The National Association of Reverse Mortgage Lenders (NRMLA) said this week it has submitted comments to the U.S. Department of Housing and Urban Development (HUD) requesting that the agency at least align its cybersecurity reporting requirements with those of Ginny Mae. However, ideally the extension should be even longer.
A draft mortgage letter (ML) was posted on September 30 and is still available visible on the drawing board for single-family homesan online portal for proposed but not yet implemented HUD policies. The ML provides updated requirements for when Federal Housing Administration (FHA) approved lenders must notify HUD within 36 hours of initial detection “when a reportable cyber incident occurs.”
The document “provides a clearer definition of what constitutes a cyber incident and requires FHA-approved mortgage holders to notify HUD as soon as possible – but no later than 36 hours – after determining that a reportable cyber incident has occurred,” said an announcement of the draft document published in September. “These updated reporting requirements harmonize FHA with existing standards established by federal banking agencies.”
But NRMLA said in a letter submitted through the Drafting Table that a better option would be to instead join similar policies that Ginnie Mae announced earlier this year.
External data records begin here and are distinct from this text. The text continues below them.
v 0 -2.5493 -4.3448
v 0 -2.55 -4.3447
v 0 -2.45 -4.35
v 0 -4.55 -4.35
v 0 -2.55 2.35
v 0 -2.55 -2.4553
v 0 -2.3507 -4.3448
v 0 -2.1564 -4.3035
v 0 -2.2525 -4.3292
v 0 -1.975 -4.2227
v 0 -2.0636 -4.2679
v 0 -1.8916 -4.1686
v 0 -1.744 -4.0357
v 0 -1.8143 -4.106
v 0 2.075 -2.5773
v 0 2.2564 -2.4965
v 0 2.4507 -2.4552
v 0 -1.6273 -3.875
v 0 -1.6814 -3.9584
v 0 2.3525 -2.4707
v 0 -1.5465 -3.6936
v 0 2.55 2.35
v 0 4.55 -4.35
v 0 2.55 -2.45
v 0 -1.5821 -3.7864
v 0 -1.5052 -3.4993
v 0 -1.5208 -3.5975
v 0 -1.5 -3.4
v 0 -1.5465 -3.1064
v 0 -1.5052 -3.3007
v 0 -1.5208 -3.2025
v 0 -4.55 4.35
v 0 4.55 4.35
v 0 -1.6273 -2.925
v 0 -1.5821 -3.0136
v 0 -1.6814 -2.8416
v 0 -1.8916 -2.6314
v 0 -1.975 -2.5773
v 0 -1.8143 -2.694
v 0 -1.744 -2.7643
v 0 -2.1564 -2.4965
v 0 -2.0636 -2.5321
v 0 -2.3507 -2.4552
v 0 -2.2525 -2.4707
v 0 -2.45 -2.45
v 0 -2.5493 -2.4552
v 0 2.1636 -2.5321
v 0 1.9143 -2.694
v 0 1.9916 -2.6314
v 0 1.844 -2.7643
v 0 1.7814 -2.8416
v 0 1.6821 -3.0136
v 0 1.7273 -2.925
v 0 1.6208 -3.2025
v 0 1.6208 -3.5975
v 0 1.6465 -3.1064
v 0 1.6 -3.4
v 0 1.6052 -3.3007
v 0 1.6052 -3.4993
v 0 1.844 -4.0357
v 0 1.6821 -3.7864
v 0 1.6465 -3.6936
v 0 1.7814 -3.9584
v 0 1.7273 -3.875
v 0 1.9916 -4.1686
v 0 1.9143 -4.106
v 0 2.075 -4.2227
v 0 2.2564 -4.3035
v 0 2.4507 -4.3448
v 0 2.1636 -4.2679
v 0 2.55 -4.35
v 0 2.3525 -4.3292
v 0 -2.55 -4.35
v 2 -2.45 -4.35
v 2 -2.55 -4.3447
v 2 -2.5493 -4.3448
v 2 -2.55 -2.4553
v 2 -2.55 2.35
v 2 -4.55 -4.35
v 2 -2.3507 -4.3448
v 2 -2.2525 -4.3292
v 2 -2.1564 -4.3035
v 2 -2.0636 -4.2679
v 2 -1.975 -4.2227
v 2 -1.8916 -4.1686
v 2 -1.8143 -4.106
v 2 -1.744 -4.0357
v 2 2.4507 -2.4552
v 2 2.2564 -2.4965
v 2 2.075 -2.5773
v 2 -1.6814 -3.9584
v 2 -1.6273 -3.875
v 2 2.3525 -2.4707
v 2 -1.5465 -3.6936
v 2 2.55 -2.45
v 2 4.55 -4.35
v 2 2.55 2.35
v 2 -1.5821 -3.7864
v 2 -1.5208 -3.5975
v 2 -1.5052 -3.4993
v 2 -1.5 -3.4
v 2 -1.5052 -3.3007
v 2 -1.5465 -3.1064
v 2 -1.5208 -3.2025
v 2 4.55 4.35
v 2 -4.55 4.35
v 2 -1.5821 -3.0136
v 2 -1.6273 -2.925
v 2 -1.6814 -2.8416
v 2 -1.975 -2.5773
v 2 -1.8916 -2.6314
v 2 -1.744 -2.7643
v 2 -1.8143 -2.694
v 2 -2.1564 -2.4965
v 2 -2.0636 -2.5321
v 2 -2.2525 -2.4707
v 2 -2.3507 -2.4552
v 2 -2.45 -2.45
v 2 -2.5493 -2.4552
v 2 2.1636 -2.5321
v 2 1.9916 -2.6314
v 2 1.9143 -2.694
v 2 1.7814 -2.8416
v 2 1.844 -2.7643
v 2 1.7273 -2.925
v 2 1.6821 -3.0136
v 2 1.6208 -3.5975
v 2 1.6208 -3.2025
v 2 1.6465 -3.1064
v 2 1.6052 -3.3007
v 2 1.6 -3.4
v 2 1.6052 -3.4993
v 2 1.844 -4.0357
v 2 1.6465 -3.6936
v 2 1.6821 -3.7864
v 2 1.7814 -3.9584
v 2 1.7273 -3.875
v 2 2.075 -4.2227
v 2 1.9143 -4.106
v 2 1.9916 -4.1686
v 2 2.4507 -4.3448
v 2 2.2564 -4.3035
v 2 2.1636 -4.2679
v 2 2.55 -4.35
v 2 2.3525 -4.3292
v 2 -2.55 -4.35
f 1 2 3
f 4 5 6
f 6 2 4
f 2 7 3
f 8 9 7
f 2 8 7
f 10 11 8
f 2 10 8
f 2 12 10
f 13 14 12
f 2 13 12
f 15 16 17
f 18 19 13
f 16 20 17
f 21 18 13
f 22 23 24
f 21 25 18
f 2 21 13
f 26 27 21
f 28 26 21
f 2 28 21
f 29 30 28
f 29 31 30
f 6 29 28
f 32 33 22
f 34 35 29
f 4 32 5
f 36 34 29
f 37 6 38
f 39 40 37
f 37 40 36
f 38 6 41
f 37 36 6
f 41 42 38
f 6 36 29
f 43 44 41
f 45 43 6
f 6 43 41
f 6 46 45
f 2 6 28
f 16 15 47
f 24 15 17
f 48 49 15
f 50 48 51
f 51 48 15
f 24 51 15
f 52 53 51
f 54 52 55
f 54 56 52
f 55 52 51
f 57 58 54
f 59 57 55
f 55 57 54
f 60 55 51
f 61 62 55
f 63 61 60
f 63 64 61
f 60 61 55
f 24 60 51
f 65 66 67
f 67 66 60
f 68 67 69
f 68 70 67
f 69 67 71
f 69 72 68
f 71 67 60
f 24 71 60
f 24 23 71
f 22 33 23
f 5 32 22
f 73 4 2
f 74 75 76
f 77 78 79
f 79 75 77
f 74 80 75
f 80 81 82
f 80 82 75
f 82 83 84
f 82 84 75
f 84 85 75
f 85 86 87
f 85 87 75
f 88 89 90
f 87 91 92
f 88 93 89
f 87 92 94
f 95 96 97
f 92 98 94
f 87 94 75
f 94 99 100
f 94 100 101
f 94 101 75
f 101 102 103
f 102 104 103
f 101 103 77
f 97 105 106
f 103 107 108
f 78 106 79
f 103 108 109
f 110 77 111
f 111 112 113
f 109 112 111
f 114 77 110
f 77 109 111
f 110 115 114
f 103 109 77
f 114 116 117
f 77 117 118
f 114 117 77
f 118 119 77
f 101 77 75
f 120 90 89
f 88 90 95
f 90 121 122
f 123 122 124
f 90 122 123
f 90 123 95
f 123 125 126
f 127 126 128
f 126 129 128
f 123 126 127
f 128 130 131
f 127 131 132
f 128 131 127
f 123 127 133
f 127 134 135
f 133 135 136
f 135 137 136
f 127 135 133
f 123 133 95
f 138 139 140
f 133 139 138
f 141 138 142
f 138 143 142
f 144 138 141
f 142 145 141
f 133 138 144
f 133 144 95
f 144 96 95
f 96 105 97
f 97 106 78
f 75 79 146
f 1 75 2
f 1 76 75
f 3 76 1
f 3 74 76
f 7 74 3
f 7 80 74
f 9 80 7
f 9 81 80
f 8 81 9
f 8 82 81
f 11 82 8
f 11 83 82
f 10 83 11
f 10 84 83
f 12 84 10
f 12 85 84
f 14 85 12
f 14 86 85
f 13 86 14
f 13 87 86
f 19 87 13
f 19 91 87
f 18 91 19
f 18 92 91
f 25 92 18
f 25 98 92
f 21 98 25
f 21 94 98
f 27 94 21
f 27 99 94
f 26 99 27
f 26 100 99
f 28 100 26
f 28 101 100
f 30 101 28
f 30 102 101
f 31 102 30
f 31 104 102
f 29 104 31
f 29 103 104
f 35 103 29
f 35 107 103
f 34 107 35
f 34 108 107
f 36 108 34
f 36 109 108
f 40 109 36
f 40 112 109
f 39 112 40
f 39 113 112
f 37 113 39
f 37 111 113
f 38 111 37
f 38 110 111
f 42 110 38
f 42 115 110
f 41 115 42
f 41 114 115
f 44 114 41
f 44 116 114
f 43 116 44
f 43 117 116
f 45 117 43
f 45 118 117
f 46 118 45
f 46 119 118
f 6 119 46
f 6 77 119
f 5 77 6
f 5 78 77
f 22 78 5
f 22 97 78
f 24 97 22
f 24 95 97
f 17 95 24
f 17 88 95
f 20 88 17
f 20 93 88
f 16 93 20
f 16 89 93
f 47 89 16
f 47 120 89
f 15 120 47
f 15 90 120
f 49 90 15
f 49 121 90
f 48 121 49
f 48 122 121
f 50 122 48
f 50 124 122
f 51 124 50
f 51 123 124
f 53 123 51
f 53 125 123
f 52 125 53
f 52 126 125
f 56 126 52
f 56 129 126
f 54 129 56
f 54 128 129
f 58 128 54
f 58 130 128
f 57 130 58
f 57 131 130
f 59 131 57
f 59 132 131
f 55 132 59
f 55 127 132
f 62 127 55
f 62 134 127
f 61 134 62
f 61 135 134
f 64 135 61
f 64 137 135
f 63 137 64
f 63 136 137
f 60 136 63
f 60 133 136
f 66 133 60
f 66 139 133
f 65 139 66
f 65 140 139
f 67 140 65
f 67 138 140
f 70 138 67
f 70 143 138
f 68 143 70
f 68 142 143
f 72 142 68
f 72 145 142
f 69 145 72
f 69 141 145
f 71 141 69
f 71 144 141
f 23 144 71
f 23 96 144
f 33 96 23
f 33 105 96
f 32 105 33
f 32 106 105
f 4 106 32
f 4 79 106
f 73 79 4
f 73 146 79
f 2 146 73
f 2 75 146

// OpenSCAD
// axle_clip.scad - parametric rebuild of axle_clip.stl
// Reverse-engineered from the mesh: a flat plate with a bottom-open slot
// and two half-round detent bumps that snap over the axle.
// Matches the original STL placement: extruded along X from -10.5 to -8.5.

$fn = 60;

// ---- Parameters (mm) ----
plate_w   = 9.1;   // overall width  (Y)
plate_h   = 8.7;   // overall height (Z)
thick     = 2;     // thickness      (X)

slot_w    = 5.1;   // slot width (axle pocket)
slot_top  = 2.35;  // Z of slot ceiling (plate spans -4.35 .. +4.35)

bump_r    = 0.95;  // detent bump radius
bump_z    = -3.4;  // Z of bump centres (tangent to the open bottom edge)
bump_y_l  = -2.45; // Y of left bump centre  (NOTE: original is asymmetric:
bump_y_r  =  2.55; // Y of right bump centre  left is 0.1 mm inside the wall)
// snap-through gap between bumps = (bump_y_r - bump_r) - (bump_y_l + bump_r) = 3.1

x_start   = 0.0; // X position of the clip's back face (matches original STL)

module profile() {
    difference() {
        square([plate_w, plate_h], center = true);
        // slot, open at the bottom edge
        translate([-slot_w/2, -plate_h/2 - 1])
            square([slot_w, (slot_top + plate_h/2) + 1]);
    }
    // detent bumps; the part outside the slot overlaps solid plate, so no clipping needed
    for (y = [bump_y_l, bump_y_r]) translate([y, bump_z]) circle(r = bump_r);
}

// 2D (a,b) -> 3D (X = extrude, Y = a, Z = b)
translate([x_start, 0, 0])
    rotate([90, 0, 90])
        linear_extrude(height = thick)
            profile();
The government company has a Memorandum for all participants (APM) in March that instead gives issuers a 48-hour timeframe to notify the company of the relevant details regarding a suspected breach.
The trade association announced the move in an email update to its members. In consultation with HUD issues and NRMLA maintenance committees, the ideal scenario would be better alignment with a timetable proposed by the Office of the National Cyber Directora division within the White Housesaid NRMLA.
“[T]The goal of harmonizing cybersecurity standards across all federal agencies, as proposed by the Office of the National Cyber Director, is commendable and the proposed timeline for reporting incidents is more realistic and reasonable,” the NRMLA letter said. “For that reason, we strongly advocate that the Department revise its ML and adopt the 72-hour reporting deadline proposed by the Office of the National Cyber Director.”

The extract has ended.